Print, in exact form, the lines below from the one containing "#53=EDGE_CURVE('',#51,#45,#52,.T.);" through the one containing "#116=ORIENTED_EDGE('',*,*,#70,.T.);", and omit all others.

▽

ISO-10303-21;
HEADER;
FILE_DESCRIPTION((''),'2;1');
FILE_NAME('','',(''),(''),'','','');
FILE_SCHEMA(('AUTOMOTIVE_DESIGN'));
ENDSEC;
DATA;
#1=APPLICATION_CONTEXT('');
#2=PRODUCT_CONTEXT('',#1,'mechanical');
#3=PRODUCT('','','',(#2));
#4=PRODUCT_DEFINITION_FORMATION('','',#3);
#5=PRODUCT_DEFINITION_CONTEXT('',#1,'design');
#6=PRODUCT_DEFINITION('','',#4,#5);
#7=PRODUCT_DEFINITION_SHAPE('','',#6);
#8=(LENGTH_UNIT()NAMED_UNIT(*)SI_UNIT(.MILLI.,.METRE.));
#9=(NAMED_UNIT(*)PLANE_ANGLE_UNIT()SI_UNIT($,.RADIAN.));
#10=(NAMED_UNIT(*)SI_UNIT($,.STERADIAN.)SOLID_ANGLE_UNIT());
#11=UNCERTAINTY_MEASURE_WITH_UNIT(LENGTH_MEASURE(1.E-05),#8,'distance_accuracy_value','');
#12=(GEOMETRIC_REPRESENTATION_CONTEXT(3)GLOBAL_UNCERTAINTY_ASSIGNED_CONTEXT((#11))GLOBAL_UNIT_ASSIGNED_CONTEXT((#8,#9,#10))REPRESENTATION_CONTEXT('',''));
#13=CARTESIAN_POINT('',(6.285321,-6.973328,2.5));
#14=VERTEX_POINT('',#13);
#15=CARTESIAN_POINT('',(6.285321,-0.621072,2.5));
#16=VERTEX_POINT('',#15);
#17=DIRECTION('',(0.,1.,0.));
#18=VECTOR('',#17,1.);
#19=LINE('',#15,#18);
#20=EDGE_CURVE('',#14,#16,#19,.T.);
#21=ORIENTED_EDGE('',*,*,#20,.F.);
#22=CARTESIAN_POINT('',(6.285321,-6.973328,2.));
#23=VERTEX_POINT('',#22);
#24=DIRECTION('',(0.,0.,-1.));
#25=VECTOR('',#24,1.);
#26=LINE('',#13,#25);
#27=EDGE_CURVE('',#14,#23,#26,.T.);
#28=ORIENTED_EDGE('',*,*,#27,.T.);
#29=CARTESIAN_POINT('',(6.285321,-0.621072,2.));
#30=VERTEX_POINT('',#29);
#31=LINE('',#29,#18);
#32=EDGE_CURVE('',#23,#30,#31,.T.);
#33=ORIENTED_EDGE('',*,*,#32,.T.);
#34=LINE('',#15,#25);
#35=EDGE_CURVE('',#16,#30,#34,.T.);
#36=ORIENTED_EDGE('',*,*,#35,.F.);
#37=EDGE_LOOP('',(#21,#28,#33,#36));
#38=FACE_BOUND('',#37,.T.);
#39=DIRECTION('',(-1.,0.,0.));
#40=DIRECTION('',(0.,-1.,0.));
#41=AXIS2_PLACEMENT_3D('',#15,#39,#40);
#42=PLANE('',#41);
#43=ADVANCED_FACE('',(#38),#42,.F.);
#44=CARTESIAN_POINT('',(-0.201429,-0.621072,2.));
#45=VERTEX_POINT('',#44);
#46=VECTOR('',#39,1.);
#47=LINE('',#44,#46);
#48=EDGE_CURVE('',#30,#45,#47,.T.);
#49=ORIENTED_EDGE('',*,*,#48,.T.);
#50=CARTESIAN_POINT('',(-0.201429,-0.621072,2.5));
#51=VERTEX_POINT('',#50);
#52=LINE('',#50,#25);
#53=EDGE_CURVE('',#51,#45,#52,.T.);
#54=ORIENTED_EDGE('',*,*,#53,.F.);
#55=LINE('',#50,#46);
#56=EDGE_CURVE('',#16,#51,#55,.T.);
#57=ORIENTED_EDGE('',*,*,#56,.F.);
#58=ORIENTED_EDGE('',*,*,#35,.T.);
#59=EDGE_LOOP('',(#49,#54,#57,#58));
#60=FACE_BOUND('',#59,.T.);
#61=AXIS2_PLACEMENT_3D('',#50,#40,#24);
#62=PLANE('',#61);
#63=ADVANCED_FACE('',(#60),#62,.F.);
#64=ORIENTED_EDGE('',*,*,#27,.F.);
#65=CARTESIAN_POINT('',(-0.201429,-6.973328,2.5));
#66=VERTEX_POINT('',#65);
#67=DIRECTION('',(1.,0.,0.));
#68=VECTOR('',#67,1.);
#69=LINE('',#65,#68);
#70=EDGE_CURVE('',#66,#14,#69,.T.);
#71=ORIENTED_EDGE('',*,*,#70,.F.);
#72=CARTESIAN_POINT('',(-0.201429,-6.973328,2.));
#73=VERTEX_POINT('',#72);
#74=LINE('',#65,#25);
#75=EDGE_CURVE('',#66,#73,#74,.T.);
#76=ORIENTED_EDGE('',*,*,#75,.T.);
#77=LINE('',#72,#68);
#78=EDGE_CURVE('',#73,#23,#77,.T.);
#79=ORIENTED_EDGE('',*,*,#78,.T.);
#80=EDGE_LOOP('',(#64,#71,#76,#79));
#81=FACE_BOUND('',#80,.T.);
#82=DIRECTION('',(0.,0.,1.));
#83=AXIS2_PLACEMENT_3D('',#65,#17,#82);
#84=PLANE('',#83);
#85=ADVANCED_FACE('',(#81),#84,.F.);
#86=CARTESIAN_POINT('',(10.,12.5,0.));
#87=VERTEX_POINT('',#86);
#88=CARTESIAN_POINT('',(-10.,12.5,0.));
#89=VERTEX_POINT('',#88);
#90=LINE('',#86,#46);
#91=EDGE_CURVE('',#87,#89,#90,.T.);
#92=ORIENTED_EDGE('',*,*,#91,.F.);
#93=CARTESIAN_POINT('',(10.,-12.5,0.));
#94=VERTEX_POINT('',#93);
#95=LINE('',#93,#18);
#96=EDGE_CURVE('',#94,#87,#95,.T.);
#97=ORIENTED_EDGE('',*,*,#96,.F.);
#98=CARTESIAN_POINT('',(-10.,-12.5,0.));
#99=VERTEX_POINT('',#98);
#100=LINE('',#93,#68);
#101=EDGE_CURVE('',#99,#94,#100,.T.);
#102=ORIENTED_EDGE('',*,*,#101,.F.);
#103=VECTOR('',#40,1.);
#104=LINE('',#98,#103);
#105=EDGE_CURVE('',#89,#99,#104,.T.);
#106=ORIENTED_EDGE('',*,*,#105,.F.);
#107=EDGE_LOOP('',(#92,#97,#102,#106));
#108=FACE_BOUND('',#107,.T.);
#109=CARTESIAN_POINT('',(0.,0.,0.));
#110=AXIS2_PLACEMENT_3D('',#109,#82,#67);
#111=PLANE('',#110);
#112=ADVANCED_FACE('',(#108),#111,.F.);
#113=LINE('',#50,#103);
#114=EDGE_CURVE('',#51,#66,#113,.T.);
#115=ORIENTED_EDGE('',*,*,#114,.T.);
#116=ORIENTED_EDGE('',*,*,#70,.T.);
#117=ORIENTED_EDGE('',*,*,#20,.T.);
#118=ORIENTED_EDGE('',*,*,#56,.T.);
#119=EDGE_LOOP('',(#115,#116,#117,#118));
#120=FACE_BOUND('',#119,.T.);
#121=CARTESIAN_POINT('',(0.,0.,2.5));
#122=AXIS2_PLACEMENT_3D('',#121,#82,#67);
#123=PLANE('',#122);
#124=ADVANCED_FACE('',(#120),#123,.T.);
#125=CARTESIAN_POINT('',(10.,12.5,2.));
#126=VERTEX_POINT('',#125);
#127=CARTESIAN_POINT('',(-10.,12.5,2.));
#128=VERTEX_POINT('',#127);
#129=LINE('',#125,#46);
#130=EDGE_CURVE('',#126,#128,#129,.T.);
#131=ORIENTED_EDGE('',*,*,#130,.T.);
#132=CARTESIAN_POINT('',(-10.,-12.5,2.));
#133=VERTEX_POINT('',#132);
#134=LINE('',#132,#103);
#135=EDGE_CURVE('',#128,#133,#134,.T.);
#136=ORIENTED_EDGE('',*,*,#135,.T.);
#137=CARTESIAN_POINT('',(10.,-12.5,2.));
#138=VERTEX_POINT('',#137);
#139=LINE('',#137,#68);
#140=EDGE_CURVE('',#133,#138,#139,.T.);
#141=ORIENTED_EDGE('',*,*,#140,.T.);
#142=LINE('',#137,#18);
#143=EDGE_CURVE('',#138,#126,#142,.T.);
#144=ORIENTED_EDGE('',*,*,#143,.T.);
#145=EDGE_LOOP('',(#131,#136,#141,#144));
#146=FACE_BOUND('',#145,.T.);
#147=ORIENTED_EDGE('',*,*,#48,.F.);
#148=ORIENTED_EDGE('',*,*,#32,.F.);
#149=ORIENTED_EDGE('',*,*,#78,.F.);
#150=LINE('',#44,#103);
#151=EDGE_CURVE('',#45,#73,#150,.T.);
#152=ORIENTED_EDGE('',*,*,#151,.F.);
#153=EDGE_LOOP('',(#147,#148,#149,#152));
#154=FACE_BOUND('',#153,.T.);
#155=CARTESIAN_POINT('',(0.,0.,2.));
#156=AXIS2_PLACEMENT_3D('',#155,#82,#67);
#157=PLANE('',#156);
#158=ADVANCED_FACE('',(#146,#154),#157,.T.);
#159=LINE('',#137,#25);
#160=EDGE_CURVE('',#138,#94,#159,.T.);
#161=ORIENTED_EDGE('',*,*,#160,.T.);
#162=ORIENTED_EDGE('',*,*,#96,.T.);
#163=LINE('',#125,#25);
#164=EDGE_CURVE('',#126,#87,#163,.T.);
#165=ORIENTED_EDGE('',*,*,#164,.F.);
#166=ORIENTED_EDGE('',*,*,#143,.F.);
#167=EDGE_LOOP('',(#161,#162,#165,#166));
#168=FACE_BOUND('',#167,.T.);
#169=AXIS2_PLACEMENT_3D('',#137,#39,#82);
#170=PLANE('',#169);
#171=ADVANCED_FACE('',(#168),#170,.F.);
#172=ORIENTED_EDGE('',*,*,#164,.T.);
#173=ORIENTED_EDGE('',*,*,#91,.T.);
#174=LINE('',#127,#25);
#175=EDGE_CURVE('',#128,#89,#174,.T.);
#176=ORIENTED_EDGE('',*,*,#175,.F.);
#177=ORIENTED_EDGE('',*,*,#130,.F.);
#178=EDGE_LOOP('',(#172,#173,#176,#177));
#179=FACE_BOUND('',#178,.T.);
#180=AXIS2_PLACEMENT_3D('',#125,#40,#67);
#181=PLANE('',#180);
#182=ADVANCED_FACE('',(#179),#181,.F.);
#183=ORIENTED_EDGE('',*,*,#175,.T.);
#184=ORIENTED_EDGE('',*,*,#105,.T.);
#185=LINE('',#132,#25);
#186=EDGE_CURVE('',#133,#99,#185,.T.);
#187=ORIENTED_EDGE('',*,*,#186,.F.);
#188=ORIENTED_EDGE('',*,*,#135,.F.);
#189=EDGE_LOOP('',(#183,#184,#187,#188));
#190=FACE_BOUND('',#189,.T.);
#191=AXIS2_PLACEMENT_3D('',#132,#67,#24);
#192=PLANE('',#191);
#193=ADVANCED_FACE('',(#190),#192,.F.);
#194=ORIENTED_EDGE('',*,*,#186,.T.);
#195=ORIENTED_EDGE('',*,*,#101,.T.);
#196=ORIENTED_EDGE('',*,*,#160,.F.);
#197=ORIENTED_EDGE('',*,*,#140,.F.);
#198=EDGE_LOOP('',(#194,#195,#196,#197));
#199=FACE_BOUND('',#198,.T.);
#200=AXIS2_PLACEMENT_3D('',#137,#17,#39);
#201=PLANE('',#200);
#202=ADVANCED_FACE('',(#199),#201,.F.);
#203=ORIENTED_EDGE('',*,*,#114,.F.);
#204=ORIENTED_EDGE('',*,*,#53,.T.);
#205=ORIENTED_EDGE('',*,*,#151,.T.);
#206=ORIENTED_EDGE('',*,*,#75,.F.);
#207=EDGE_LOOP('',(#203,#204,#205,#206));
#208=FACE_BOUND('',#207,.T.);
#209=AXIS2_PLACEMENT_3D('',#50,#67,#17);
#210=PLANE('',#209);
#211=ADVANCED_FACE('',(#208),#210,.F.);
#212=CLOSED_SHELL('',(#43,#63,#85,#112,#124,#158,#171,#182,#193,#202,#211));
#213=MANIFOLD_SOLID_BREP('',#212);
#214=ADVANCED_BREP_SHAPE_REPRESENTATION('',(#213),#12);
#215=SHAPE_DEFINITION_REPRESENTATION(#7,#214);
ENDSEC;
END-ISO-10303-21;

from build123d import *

# Parameters (mm, degrees)
SKETCH_1_W      = 20
SKETCH_1_H      = 25
EXTRUDE_1_DEPTH = 2
SKETCH_2_W      = 6.486749525
SKETCH_2_H      = 6.352255466
EXTRUDE_2_DEPTH = 0.5


with BuildPart() as part:
    # 草图1 → 凸台-拉伸1 (new body)
    with BuildSketch(Plane.XY):
        Rectangle(SKETCH_1_W, SKETCH_1_H)
    extrude(amount=EXTRUDE_1_DEPTH)

    # 草图2 → 凸台-拉伸2 (add)
    with BuildSketch(Plane.XY.offset(2)):
        with Locations((3.041945876, -3.797200132)):
            Rectangle(SKETCH_2_W, SKETCH_2_H)
    extrude(amount=EXTRUDE_2_DEPTH)


solid = part.part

△

▶ _Expected answer_
#53=EDGE_CURVE('',#51,#45,#52,.T.);
#54=ORIENTED_EDGE('',*,*,#53,.F.);
#55=LINE('',#50,#46);
#56=EDGE_CURVE('',#16,#51,#55,.T.);
#57=ORIENTED_EDGE('',*,*,#56,.F.);
#58=ORIENTED_EDGE('',*,*,#35,.T.);
#59=EDGE_LOOP('',(#49,#54,#57,#58));
#60=FACE_BOUND('',#59,.T.);
#61=AXIS2_PLACEMENT_3D('',#50,#40,#24);
#62=PLANE('',#61);
#63=ADVANCED_FACE('',(#60),#62,.F.);
#64=ORIENTED_EDGE('',*,*,#27,.F.);
#65=CARTESIAN_POINT('',(-0.201429,-6.973328,2.5));
#66=VERTEX_POINT('',#65);
#67=DIRECTION('',(1.,0.,0.));
#68=VECTOR('',#67,1.);
#69=LINE('',#65,#68);
#70=EDGE_CURVE('',#66,#14,#69,.T.);
#71=ORIENTED_EDGE('',*,*,#70,.F.);
#72=CARTESIAN_POINT('',(-0.201429,-6.973328,2.));
#73=VERTEX_POINT('',#72);
#74=LINE('',#65,#25);
#75=EDGE_CURVE('',#66,#73,#74,.T.);
#76=ORIENTED_EDGE('',*,*,#75,.T.);
#77=LINE('',#72,#68);
#78=EDGE_CURVE('',#73,#23,#77,.T.);
#79=ORIENTED_EDGE('',*,*,#78,.T.);
#80=EDGE_LOOP('',(#64,#71,#76,#79));
#81=FACE_BOUND('',#80,.T.);
#82=DIRECTION('',(0.,0.,1.));
#83=AXIS2_PLACEMENT_3D('',#65,#17,#82);
#84=PLANE('',#83);
#85=ADVANCED_FACE('',(#81),#84,.F.);
#86=CARTESIAN_POINT('',(10.,12.5,0.));
#87=VERTEX_POINT('',#86);
#88=CARTESIAN_POINT('',(-10.,12.5,0.));
#89=VERTEX_POINT('',#88);
#90=LINE('',#86,#46);
#91=EDGE_CURVE('',#87,#89,#90,.T.);
#92=ORIENTED_EDGE('',*,*,#91,.F.);
#93=CARTESIAN_POINT('',(10.,-12.5,0.));
#94=VERTEX_POINT('',#93);
#95=LINE('',#93,#18);
#96=EDGE_CURVE('',#94,#87,#95,.T.);
#97=ORIENTED_EDGE('',*,*,#96,.F.);
#98=CARTESIAN_POINT('',(-10.,-12.5,0.));
#99=VERTEX_POINT('',#98);
#100=LINE('',#93,#68);
#101=EDGE_CURVE('',#99,#94,#100,.T.);
#102=ORIENTED_EDGE('',*,*,#101,.F.);
#103=VECTOR('',#40,1.);
#104=LINE('',#98,#103);
#105=EDGE_CURVE('',#89,#99,#104,.T.);
#106=ORIENTED_EDGE('',*,*,#105,.F.);
#107=EDGE_LOOP('',(#92,#97,#102,#106));
#108=FACE_BOUND('',#107,.T.);
#109=CARTESIAN_POINT('',(0.,0.,0.));
#110=AXIS2_PLACEMENT_3D('',#109,#82,#67);
#111=PLANE('',#110);
#112=ADVANCED_FACE('',(#108),#111,.F.);
#113=LINE('',#50,#103);
#114=EDGE_CURVE('',#51,#66,#113,.T.);
#115=ORIENTED_EDGE('',*,*,#114,.T.);
#116=ORIENTED_EDGE('',*,*,#70,.T.);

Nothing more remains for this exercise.